San Francisco's Department of Technology has identified more than 340,000 duplicate image files sitting across the city's network of public-facing websites — from the Planning Department's permit portal on Seventh Street to the SF Public Library's digital catalog system — a figure that officials say is contributing to measurable slowdowns on platforms that residents use daily to access services, file complaints, and pay fees.
The sheer scale of the problem reflects years of decentralized content management, where individual departmental staff uploaded the same asset — a logo, a neighborhood map, a headshot — independently and repeatedly, with no automated deduplication layer to catch redundancies before they compounded. The city's Unified Digital Infrastructure initiative, launched in January 2025, was supposed to rein in exactly this kind of sprawl, but its rollout has been uneven across agencies.
What the Data Actually Shows
Internal audits reviewed by The Daily San Francisco show that duplicate image files account for roughly 18 percent of total storage consumption across sf.gov and its affiliated subdomains — a proportion that IT administrators describe as far above what peer municipalities typically report. For comparison, the City of Chicago completed a similar deduplication audit in 2024 and found its redundancy rate was closer to 7 percent before remediation. San Francisco's figure has not been formally published, but documents circulating within the Department of Technology put the raw storage waste at approximately 4.2 terabytes as of the most recent quarterly review in April 2026.
Storage costs on the city's cloud infrastructure — the city migrated to a hybrid cloud model with a contract awarded in fiscal year 2023-2024 — are billed on a per-gigabyte basis. At current contracted rates, that 4.2 terabytes of redundant image data represents an estimated $9,800 in unnecessary annual storage spend, a modest figure on its own, but officials note the downstream costs are harder to quantify: slower page load times on high-traffic portals directly affect whether residents complete permit applications or abandon them midway. The SF Planning Department's online permit system recorded an average page load time of 6.4 seconds during peak hours in the first quarter of 2026, according to department performance metrics — well above the 3-second threshold that usability researchers widely cite as the point where user drop-off accelerates.
The Mission District-based nonprofit SF Digital Equity Coalition, which advocates for accessible city services among lower-income and non-English-speaking residents, has raised the issue in public comment at three Board of Supervisors committee hearings since February. Bloated municipal websites disproportionately affect residents on slower connections — a concern particularly acute in Visitacion Valley and the Tenderloin, two neighborhoods where the city's own broadband mapping data shows significantly lower average connection speeds than the citywide median.

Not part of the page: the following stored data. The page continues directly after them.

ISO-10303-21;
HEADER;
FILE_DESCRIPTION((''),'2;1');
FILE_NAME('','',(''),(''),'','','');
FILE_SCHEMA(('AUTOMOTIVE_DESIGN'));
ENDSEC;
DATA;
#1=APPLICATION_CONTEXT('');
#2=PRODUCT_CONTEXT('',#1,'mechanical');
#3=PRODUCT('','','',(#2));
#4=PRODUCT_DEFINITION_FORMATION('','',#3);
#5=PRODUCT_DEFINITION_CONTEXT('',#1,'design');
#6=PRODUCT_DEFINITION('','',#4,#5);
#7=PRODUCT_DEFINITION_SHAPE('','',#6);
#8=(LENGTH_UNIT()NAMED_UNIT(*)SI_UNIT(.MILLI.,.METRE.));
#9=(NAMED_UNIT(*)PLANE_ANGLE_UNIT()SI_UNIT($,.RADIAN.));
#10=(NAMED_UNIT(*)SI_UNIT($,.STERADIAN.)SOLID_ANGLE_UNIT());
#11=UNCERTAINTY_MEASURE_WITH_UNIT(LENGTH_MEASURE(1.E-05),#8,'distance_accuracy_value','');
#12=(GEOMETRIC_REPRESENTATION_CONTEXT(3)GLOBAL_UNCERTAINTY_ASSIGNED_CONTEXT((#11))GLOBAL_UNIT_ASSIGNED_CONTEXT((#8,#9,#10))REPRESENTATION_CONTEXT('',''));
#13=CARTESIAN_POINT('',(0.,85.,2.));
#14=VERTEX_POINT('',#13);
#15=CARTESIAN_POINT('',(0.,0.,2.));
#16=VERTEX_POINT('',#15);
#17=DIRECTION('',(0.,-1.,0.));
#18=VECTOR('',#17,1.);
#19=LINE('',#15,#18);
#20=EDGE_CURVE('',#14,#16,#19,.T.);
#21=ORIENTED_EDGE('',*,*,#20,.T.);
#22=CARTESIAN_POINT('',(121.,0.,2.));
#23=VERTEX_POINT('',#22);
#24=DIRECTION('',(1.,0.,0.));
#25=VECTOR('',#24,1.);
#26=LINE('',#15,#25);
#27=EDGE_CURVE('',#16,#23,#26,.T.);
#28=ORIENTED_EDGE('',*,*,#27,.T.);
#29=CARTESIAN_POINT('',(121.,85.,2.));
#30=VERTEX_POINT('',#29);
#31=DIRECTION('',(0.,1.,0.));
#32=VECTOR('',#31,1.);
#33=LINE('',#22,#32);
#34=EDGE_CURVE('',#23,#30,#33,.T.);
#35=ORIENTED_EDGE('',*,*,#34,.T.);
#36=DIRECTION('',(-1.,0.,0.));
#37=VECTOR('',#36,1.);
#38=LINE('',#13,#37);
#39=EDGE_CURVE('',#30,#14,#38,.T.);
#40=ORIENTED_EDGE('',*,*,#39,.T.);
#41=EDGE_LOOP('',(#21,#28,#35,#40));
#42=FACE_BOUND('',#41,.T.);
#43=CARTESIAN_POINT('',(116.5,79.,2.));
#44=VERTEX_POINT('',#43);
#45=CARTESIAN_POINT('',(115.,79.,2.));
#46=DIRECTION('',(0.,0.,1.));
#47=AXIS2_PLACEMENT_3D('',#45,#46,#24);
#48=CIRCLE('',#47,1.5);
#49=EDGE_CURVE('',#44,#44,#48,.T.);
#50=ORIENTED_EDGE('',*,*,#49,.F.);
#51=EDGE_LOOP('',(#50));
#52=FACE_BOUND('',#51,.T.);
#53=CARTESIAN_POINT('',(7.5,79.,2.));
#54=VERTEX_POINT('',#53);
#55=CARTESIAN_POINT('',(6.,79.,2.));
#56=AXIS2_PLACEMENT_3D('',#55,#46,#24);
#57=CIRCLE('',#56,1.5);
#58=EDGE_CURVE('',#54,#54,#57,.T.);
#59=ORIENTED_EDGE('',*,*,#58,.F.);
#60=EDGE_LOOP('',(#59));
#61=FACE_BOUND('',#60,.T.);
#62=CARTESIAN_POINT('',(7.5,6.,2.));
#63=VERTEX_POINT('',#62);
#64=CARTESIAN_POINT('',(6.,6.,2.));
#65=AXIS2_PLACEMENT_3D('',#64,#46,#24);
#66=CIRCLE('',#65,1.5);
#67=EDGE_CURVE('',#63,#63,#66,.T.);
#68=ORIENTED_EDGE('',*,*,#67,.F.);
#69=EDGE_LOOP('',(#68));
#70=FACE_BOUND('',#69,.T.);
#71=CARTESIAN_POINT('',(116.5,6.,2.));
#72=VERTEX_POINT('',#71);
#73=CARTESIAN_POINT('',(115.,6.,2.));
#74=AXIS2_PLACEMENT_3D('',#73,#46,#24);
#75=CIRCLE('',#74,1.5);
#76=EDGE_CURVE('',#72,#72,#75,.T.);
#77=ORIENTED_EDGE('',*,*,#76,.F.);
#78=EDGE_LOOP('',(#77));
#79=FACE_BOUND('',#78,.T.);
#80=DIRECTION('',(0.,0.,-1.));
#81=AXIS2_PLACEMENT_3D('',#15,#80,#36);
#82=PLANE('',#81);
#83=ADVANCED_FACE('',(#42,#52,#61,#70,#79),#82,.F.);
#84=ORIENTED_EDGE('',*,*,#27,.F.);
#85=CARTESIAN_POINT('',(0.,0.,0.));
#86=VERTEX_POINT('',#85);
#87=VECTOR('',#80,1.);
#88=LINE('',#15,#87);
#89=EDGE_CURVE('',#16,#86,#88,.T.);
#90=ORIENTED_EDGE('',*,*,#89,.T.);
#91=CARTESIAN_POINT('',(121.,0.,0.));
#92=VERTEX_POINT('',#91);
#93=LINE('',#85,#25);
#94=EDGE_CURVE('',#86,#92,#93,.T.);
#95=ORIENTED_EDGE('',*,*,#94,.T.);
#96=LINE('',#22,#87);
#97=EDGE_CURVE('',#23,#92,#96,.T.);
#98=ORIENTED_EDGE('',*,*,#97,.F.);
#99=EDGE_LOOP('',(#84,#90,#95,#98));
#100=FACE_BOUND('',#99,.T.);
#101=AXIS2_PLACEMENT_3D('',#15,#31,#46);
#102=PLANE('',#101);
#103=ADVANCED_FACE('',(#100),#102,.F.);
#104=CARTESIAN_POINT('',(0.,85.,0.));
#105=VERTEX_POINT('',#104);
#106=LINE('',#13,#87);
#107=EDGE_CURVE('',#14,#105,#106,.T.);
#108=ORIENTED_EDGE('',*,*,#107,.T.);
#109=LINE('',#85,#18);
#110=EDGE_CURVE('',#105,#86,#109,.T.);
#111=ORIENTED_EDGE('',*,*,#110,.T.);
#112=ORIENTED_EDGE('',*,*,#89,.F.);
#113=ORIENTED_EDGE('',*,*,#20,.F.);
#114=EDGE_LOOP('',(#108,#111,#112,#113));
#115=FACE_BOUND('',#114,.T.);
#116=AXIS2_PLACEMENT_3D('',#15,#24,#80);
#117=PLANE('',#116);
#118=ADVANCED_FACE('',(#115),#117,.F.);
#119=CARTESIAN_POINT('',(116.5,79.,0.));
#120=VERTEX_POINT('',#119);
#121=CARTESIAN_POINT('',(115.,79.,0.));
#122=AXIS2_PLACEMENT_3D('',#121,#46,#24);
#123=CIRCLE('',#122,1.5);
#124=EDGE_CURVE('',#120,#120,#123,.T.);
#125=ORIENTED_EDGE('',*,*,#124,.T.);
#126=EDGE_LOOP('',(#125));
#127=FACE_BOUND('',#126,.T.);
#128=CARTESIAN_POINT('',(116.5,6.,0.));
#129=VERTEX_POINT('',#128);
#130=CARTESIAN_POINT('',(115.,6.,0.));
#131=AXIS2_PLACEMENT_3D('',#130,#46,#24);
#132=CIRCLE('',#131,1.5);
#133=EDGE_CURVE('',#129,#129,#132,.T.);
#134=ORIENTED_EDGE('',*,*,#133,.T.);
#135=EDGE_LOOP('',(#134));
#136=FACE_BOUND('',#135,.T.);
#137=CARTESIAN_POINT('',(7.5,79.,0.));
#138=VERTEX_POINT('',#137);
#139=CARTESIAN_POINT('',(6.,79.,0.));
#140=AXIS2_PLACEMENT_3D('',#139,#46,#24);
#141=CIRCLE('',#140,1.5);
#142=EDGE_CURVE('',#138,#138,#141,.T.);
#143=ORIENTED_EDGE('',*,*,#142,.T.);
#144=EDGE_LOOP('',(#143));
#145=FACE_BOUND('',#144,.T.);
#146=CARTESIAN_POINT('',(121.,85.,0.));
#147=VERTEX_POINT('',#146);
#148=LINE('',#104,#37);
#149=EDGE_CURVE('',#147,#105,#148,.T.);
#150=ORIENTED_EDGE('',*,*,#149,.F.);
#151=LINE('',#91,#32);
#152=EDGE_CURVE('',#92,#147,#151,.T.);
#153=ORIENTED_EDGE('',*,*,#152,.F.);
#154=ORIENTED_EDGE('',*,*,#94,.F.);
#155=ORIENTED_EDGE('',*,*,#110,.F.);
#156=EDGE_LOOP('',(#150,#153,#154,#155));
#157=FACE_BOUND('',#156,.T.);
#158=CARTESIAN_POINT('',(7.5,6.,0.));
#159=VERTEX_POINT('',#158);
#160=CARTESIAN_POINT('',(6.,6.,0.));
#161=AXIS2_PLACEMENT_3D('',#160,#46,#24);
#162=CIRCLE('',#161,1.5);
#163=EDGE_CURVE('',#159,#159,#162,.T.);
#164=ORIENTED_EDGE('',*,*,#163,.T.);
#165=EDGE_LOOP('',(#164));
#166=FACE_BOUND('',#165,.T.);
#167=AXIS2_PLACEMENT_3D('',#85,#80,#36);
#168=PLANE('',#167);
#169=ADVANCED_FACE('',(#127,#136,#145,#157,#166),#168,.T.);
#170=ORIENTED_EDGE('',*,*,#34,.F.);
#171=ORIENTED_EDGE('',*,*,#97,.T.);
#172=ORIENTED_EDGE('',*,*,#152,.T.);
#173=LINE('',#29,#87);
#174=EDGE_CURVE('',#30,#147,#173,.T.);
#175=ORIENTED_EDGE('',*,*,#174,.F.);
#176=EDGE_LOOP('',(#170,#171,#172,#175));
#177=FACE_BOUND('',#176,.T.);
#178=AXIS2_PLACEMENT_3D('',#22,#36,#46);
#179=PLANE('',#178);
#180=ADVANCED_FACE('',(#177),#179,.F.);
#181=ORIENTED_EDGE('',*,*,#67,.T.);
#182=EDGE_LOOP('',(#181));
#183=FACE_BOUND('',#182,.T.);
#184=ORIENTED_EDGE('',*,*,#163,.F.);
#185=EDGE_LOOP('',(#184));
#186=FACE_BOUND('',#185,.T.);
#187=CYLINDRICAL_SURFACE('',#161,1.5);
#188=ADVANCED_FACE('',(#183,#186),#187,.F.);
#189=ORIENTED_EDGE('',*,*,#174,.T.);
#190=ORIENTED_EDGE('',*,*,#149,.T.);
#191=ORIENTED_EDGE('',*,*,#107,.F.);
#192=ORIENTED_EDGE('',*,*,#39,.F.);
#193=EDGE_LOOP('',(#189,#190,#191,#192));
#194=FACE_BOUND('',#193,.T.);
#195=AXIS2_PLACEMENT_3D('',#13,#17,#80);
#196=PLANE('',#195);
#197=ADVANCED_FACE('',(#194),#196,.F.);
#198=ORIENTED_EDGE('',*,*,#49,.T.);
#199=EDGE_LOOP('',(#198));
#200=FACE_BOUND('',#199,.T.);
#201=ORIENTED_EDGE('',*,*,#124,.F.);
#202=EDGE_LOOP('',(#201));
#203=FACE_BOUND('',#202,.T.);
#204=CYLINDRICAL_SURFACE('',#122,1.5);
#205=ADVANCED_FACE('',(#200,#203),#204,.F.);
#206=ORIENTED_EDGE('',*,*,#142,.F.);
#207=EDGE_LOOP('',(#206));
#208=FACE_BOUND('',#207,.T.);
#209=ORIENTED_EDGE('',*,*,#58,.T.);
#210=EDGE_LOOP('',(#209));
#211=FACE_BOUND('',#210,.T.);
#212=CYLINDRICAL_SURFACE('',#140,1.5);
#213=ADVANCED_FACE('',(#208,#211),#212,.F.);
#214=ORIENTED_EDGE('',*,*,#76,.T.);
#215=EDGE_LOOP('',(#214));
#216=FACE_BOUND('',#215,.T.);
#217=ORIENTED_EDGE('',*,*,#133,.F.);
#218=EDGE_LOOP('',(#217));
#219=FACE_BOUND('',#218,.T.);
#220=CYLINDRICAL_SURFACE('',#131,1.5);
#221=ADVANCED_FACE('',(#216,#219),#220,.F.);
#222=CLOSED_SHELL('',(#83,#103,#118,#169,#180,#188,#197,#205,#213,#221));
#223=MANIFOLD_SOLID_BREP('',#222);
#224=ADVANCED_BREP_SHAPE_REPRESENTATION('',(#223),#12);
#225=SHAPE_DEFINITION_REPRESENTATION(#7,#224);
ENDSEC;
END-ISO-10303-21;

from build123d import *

# Parameters (mm, degrees)
SKETCH1_W           = 121
SKETCH1_H           = 85
BOSS_EXTRUDE1_DEPTH = 2
SKETCH5_R           = 1.5
CUT_EXTRUDE2_DEPTH  = 148.885090526


with BuildPart() as part:
    # Sketch1 → Boss-Extrude1 (new body)
    with BuildSketch(Plane.XY):
        with Locations((60.5, 42.5)):
            Rectangle(SKETCH1_W, SKETCH1_H)
    extrude(amount=BOSS_EXTRUDE1_DEPTH)

    # Sketch5 → Cut-Extrude2 (cut, through all)
    with BuildSketch(Plane.XY.offset(2)):
        with Locations((6, 79)):
            Circle(SKETCH5_R)
        with Locations((115, 79)):
            Circle(SKETCH5_R)
        with Locations((6, 6)):
            Circle(SKETCH5_R)
        with Locations((115, 6)):
            Circle(SKETCH5_R)
    extrude(amount=-CUT_EXTRUDE2_DEPTH, mode=Mode.SUBTRACT)


solid = part.part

What Cleanup Looks Like — and What It Costs
The Department of Technology began a phased deduplication project in March 2026, starting with the highest-traffic portals: the SF311 service request site, the Office of the Treasurer and Tax Collector's online payment system, and the Recreation and Parks Department's reservation platform. A vendor contract for automated image hashing and replacement tools was awarded to a San Jose-based firm for $187,000, covering the initial 18-month engagement.
The process works by running a perceptual hash across every stored image, flagging files that are identical or near-identical, replacing redundant copies with a single canonical file path, and updating every instance across the content management system — a workflow that sounds straightforward but grows complex when legacy pages have been hand-coded by staff who are no longer with the city. The Planning Department alone has more than 1,200 active web pages, some dating to 2011, that require manual review before any automated replacement can proceed.
For residents and small business owners who use these portals regularly, the practical upshot is that load times on the affected sites should improve measurably by the end of the third quarter of 2026, when the first phase of deduplication is scheduled to complete. The Department of Technology has committed to publishing before-and-after performance metrics on its public dashboard at sf.gov/departments/technology — giving San Franciscans a rare, data-grounded look at whether a back-end cleanup project actually delivers the speed improvements officials are promising.